Exercise details: How many lines of the data include the string "Rectangle"? State that number alone.
Records provided: Begin
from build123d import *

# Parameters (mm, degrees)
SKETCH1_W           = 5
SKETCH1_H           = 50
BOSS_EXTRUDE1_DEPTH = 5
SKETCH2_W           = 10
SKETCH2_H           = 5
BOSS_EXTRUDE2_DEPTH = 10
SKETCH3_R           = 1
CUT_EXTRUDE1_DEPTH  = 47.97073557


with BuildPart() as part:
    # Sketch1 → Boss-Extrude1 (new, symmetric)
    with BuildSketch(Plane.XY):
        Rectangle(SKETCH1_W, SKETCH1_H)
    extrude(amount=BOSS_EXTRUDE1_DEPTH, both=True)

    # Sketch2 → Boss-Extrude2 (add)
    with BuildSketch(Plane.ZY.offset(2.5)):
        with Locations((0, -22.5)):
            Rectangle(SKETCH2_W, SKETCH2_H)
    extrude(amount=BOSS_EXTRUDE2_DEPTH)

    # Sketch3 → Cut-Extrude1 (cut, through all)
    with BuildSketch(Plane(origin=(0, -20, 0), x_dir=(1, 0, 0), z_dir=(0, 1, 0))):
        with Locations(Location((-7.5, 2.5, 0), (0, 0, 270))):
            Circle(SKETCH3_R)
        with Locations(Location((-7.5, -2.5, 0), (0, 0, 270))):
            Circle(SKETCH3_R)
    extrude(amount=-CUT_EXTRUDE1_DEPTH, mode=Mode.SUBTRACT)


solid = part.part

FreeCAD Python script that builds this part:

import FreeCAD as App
import Part
import Sketcher

V = App.Vector

doc = App.newDocument("Part")
body = doc.addObject("PartDesign::Body", "Body")

sketch1 = body.newObject("Sketcher::SketchObject", "Sketch")
sketch1.AttachmentSupport = (doc.getObject("XY_Plane"), [""])
sketch1.MapMode = "FlatFace"
sketch1.addGeometry(Part.LineSegment(V(-2, 25, 0), V(-2, -25, 0)), False)
sketch1.addGeometry(Part.LineSegment(V(-2, -25, 0), V(2, -25, 0)), False)
sketch1.addGeometry(Part.LineSegment(V(2, -25, 0), V(2, 25, 0)), False)
sketch1.addGeometry(Part.LineSegment(V(2, 25, 0), V(-2, 25, 0)), False)
sketch1.addConstraint(Sketcher.Constraint("Coincident", 0, 2, 1, 1))
sketch1.addConstraint(Sketcher.Constraint("Coincident", 1, 2, 2, 1))
sketch1.addConstraint(Sketcher.Constraint("Coincident", 2, 2, 3, 1))
sketch1.addConstraint(Sketcher.Constraint("Coincident", 3, 2, 0, 1))
sketch1.addConstraint(Sketcher.Constraint("Vertical", 0))
sketch1.addConstraint(Sketcher.Constraint("Horizontal", 1))
sketch1.addConstraint(Sketcher.Constraint("Vertical", 2))
sketch1.addConstraint(Sketcher.Constraint("Horizontal", 3))
sketch1.addConstraint(Sketcher.Constraint("Symmetric", 0, 2, 2, 2, -1, 1))
sketch1.addConstraint(Sketcher.Constraint("DistanceX", 1, 1, 1, 2, 5.0))
sketch1.addConstraint(Sketcher.Constraint("DistanceY", 0, 2, 0, 1, 50.0))
pad1 = body.newObject("PartDesign::Pad", "Pad")
pad1.Profile = sketch1
pad1.Length = 10
pad1.Midplane = True

sketch2 = body.newObject("Sketcher::SketchObject", "Sketch001")
sketch2.AttachmentSupport = (doc.getObject("YZ_Plane"), [""])
sketch2.MapMode = "FlatFace"
sketch2.AttachmentOffset = App.Placement(V(0, 0, -2.5), App.Rotation())
sketch2.addGeometry(Part.LineSegment(V(-20, -5, 0), V(-25, -5, 0)), False)
sketch2.addGeometry(Part.LineSegment(V(-25, -5, 0), V(-25, 5, 0)), False)
sketch2.addGeometry(Part.LineSegment(V(-25, 5, 0), V(-20, 5, 0)), False)
sketch2.addGeometry(Part.LineSegment(V(-20, 5, 0), V(-20, -5, 0)), False)
sketch2.addConstraint(Sketcher.Constraint("Coincident", 0, 2, 1, 1))
sketch2.addConstraint(Sketcher.Constraint("Coincident", 1, 2, 2, 1))
sketch2.addConstraint(Sketcher.Constraint("Coincident", 2, 2, 3, 1))
sketch2.addConstraint(Sketcher.Constraint("Coincident", 3, 2, 0, 1))
sketch2.addConstraint(Sketcher.Constraint("Horizontal", 0))
sketch2.addConstraint(Sketcher.Constraint("Vertical", 1))
sketch2.addConstraint(Sketcher.Constraint("Horizontal", 2))
sketch2.addConstraint(Sketcher.Constraint("Vertical", 3))
sketch2.addConstraint(Sketcher.Constraint("DistanceX", 0, 2, 0, 1, 5.0))
sketch2.addConstraint(Sketcher.Constraint("DistanceY", 1, 1, 1, 2, 10.0))
sketch2.addConstraint(Sketcher.Constraint("DistanceX", 0, 2, -1, 1, 25.0))
sketch2.addConstraint(Sketcher.Constraint("DistanceY", 0, 2, -1, 1, 5.0))
pad2 = body.newObject("PartDesign::Pad", "Pad001")
pad2.Profile = sketch2
pad2.Length = 10
pad2.Reversed = True

sketch3 = body.newObject("Sketcher::SketchObject", "Sketch002")
sketch3.AttachmentSupport = (doc.getObject("XZ_Plane"), [""])
sketch3.MapMode = "FlatFace"
sketch3.AttachmentOffset = App.Placement(V(0, 0, 20), App.Rotation())
sketch3.addGeometry(Part.Circle(V(-7.5, -2.5, 0), V(0, 0, 1), 1), False)
sketch3.addGeometry(Part.Circle(V(-7.5, 2.5, 0), V(0, 0, 1), 1), False)
sketch3.addConstraint(Sketcher.Constraint("Equal", 0, 1))
sketch3.addConstraint(Sketcher.Constraint("Symmetric", 0, 3, 1, 3, -1))
sketch3.addConstraint(Sketcher.Constraint("Diameter", 0, 2.0))
sketch3.addConstraint(Sketcher.Constraint("DistanceY", 0, 3, 1, 3, 5.0))
sketch3.addConstraint(Sketcher.Constraint("DistanceX", 0, 3, -1, 1, 7.5))
pocket1 = body.newObject("PartDesign::Pocket", "Pocket")
pocket1.Profile = sketch3
pocket1.Type = "ThroughAll"
pocket1.Reversed = True

doc.recompute()
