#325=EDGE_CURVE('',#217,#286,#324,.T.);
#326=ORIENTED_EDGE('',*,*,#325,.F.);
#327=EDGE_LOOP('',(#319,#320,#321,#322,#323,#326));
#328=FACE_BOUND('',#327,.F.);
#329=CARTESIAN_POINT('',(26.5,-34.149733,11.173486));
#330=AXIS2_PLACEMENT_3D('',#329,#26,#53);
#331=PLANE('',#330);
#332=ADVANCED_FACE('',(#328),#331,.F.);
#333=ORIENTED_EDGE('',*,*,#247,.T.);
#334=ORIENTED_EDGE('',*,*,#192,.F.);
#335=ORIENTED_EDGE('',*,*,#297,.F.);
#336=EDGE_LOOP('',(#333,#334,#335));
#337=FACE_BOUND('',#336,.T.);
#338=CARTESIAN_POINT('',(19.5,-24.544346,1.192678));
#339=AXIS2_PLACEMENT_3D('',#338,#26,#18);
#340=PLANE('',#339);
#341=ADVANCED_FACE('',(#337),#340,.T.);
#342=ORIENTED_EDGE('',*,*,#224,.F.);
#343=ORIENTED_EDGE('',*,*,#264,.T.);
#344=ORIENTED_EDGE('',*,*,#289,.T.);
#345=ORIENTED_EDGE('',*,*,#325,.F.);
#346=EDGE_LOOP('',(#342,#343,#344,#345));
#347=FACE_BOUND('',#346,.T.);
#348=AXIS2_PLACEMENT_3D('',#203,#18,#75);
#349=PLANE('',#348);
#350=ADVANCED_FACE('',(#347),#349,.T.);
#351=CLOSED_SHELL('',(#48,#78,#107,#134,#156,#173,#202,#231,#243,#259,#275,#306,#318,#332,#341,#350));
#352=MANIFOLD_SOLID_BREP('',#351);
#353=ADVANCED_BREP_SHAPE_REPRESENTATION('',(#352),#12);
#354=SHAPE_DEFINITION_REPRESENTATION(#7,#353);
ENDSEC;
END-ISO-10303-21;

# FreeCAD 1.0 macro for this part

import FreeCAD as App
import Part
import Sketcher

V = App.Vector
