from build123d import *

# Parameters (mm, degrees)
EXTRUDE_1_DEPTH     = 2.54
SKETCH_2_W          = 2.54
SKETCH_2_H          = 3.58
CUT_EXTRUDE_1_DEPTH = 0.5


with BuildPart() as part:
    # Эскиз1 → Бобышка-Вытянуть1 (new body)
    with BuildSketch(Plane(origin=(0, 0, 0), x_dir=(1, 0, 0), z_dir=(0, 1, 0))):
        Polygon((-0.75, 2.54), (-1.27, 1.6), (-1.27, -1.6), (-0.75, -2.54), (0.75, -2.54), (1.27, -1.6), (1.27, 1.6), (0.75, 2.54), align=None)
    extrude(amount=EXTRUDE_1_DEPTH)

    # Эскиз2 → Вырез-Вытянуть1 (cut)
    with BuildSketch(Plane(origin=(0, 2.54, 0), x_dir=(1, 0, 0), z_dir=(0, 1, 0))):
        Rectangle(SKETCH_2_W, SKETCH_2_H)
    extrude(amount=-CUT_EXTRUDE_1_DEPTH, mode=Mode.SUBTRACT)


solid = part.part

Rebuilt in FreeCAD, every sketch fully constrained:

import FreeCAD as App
import Part
import Sketcher

V = App.Vector
Q = App.Units.Quantity


def add_polygon(sketch, points):
    """Adds a closed chain of lines whose ends are joined by coincident constraints."""
    first, n = sketch.GeometryCount, len(points)
    for a, b in zip(points, points[1:] + points[:1]):
        sketch.addGeometry(Part.LineSegment(App.Vector(*a, 0), App.Vector(*b, 0)), False)
    for i in range(n):
        sketch.addConstraint(Sketcher.Constraint("Coincident", first + i, 2, first + (i + 1) % n, 1))

doc = App.newDocument("Part")
body = doc.addObject("PartDesign::Body", "Body")

# Sketch on XZ plane
sketch1 = doc.addObject("Sketcher::SketchObject", "Sketch")
body.addObject(sketch1)
sketch1.AttachmentSupport = (doc.XZ_Plane, [""])
sketch1.MapMode = "FlatFace"
add_polygon(sketch1, [(-0.8, -2.5), (-1.3, -1.6), (-1.3, 1.6), (-0.8, 2.5), (0.8, 2.5), (1.3, 1.6), (1.3, -1.6), (0.8, -2.5)])  # lines 0-7
sketch1.addConstraint([
    Sketcher.Constraint("Vertical", 1),
    Sketcher.Constraint("Horizontal", 3),
    Sketcher.Constraint("Vertical", 5),
    Sketcher.Constraint("Horizontal", 7),
    Sketcher.Constraint("Symmetric", 0, 2, 4, 2, -1, 1),
    Sketcher.Constraint("Symmetric", 2, 2, 6, 2, -1, 1),
    Sketcher.Constraint("Parallel", 0, 4),
    Sketcher.Constraint("Parallel", 2, 6),
    Sketcher.Constraint("Horizontal", 1, 2, 4, 2),
    Sketcher.Constraint("Vertical", 3, 2, 6, 2),
    Sketcher.Constraint("DistanceX", 3, 1, 3, 2, Q("1.5 mm")),
    Sketcher.Constraint("DistanceY", 1, 1, 1, 2, Q("3.2 mm")),
    Sketcher.Constraint("DistanceX", 0, 2, -1, 1, Q("1.27 mm")),
    Sketcher.Constraint("DistanceY", -1, 1, 2, 2, Q("2.54 mm")),
])
pad1 = doc.addObject("PartDesign::Pad", "Pad")
body.addObject(pad1)
pad1.Profile = sketch1
pad1.Length = 2.54
pad1.Reversed = True

# Sketch on XZ plane
sketch2 = doc.addObject("Sketcher::SketchObject", "Sketch001")
body.addObject(sketch2)
sketch2.AttachmentSupport = (doc.XZ_Plane, [""])
sketch2.MapMode = "FlatFace"
sketch2.AttachmentOffset = App.Placement(V(0, 0, -2.54), App.Rotation())
add_polygon(sketch2, [(-1.3, -1.8), (-1.3, 1.8), (1.3, 1.8), (1.3, -1.8)])  # lines 0-3
sketch2.addConstraint([
    Sketcher.Constraint("Vertical", 0),
    Sketcher.Constraint("Horizontal", 1),
    Sketcher.Constraint("Vertical", 2),
    Sketcher.Constraint("Horizontal", 3),
    Sketcher.Constraint("Symmetric", 0, 2, 2, 2, -1, 1),
    Sketcher.Constraint("DistanceX", 1, 1, 1, 2, Q("2.54 mm")),
    Sketcher.Constraint("DistanceY", 0, 1, 0, 2, Q("3.58 mm")),
])
pocket1 = doc.addObject("PartDesign::Pocket", "Pocket")
body.addObject(pocket1)
pocket1.Profile = sketch2
pocket1.Length = 0.5
pocket1.Reversed = True

doc.recompute()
Records provided: End
Answer for this exercise: 3